Daire bu gerekçeyle davacının temyiz istemini kabul ederek kararı bozmuş; davalının temyiz istemini bu nedenle reddetmiştir.
Daire, davalının karar düzeltme istemini de reddetmiştir.
… Vergi Mahkemesinin … tarih ve E:… , K:… sayılı ısrar kararı:
6183 sayılı Amme Alacaklarının Tahsil Usulü Hakkında Kanun'un "Kanuni Temsilcilerin Sorumluluğu" başlıklı mükerrer 35. maddesinin beşinci fıkrasında, amme alacağının doğduğu ve ödenmesi gerektiği zamanlarda kanuni temsilci veya teşekkülü idare edenlerin farklı şahıslar olmaları halinde bu şahısların, amme alacağının ödenmesinden müteselsilen sorumlu tutulacağı; altıncı fıkrasında ise kanuni temsilcilerin sorumluluklarına dair 213 sayılı Vergi Usul Kanunu'nda yer alan hükümlerin, bu maddede düzenlenen sorumluluğu ortadan kaldırmayacağı belirtilmiştir. Anılan fıkralar Anayasa Mahkemesince iptal edilmişse de uyuşmazlık konusu dönemde yürürlükte bulunduğundan, amme alacağının doğduğu 31/12/2009 tarihinde davacının kanuni temsilci olarak sorumluluğunun bulunduğu anlaşılmıştır.

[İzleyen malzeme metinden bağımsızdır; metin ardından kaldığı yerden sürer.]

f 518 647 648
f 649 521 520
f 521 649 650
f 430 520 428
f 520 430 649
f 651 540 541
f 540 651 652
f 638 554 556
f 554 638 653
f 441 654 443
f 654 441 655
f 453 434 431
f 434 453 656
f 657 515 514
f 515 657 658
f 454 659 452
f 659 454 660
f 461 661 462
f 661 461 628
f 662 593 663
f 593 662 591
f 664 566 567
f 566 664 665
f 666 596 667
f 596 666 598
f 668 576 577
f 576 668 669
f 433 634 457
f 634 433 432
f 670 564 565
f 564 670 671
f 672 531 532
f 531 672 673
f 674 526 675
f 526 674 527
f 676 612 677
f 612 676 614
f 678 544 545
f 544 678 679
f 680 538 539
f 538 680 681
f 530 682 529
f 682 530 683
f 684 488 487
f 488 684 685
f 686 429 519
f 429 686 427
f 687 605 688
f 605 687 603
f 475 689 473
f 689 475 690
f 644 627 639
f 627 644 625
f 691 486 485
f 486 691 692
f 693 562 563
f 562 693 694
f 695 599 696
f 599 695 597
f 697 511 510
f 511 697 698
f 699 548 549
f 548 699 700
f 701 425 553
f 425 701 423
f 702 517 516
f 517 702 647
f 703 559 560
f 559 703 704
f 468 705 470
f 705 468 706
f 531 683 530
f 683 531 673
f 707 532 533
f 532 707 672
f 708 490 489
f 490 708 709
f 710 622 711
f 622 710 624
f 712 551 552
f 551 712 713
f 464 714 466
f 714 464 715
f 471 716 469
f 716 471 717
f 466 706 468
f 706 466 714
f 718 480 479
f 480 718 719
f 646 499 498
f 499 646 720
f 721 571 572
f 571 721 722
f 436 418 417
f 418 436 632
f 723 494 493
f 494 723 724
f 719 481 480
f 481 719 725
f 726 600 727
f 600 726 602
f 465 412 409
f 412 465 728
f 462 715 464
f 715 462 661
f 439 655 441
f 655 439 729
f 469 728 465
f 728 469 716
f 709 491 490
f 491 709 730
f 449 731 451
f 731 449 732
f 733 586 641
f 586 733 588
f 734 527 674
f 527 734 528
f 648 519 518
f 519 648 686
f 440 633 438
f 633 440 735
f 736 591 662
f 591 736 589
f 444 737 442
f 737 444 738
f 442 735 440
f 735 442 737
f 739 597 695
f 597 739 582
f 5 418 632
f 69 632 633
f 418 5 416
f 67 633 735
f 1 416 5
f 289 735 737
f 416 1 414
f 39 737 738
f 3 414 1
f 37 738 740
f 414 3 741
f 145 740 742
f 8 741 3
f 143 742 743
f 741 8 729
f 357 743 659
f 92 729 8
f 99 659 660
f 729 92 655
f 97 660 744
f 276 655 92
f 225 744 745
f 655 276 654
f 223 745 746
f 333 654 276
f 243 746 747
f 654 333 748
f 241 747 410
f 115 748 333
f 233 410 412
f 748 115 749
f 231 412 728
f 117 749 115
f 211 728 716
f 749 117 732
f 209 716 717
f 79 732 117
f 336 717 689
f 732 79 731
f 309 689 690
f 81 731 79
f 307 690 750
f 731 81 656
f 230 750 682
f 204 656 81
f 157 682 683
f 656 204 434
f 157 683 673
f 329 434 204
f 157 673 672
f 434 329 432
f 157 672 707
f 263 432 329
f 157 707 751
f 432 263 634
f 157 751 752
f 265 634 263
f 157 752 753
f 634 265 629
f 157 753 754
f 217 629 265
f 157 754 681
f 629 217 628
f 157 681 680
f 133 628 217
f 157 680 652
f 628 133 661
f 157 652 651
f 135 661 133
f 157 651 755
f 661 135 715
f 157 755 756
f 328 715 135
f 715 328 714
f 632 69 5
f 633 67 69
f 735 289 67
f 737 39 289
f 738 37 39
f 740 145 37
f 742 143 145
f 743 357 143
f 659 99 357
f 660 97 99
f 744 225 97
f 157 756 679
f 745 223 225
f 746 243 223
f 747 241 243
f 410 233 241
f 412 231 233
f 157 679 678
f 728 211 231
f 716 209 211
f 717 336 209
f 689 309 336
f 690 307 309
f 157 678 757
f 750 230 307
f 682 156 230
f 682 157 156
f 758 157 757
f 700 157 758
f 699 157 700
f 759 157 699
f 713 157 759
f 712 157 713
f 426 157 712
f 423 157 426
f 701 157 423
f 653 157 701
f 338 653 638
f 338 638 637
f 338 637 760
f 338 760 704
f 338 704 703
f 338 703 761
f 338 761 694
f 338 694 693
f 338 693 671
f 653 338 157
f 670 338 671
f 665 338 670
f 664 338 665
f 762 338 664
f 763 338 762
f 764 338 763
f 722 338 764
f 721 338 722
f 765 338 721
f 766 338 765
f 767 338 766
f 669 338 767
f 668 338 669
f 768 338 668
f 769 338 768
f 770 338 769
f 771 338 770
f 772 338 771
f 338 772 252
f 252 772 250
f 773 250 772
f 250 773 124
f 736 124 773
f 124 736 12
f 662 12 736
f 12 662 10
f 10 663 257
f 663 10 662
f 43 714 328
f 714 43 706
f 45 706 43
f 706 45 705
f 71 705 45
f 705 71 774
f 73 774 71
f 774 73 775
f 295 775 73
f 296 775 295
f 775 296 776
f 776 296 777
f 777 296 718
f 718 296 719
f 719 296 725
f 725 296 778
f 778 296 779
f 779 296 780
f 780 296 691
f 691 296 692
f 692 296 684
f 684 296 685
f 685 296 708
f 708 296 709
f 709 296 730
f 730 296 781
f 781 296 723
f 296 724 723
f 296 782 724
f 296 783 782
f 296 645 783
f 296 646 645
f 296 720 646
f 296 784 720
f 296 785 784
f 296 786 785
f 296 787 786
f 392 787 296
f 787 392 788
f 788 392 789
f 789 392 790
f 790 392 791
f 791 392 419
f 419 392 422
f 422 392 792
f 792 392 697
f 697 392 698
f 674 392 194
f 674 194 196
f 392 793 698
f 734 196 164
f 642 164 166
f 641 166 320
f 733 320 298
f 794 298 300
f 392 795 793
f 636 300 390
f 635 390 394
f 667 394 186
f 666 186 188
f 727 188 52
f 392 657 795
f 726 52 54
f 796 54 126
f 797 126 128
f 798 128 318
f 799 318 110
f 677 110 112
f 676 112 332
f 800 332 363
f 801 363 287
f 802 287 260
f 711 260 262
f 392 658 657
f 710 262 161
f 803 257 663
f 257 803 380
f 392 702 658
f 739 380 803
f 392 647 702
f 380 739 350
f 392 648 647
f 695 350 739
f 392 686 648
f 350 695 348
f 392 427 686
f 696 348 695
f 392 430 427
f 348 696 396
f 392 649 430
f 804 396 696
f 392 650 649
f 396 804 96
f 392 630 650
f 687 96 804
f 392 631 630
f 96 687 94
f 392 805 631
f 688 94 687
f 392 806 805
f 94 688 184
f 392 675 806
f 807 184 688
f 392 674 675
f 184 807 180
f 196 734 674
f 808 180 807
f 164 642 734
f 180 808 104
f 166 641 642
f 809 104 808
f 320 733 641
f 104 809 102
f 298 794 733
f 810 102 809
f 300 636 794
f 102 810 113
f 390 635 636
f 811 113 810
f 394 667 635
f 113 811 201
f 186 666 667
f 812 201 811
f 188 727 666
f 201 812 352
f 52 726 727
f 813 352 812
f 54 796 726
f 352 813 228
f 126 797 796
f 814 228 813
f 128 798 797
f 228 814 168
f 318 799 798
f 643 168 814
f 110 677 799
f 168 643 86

Vergi mahkemesi, dava konusu Aralık dönemine ilişkin cezalı tarhiyat yönünden ilk kararında yer alan hukuksal nedenler ve gerekçeye ek olarak bu gerekçeyle, diğer yönlerden ise aynı hukuksal nedenler ve gerekçeyle ısrar etmiş ve aynı yönde hüküm kurmuştur.
TEMYİZ EDENİN İDDİALARI: Davacının dava konusu vergilendirme dönemlerinden kanuni temsilci sıfatıyla sorumlu olduğu belirtilerek ısrar kararının aleyhe olan hüküm fıkrasının bozulması gerektiği ileri sürülmektedir.
KARŞI TARAFIN SAVUNMASI: Cevap verilmemiştir.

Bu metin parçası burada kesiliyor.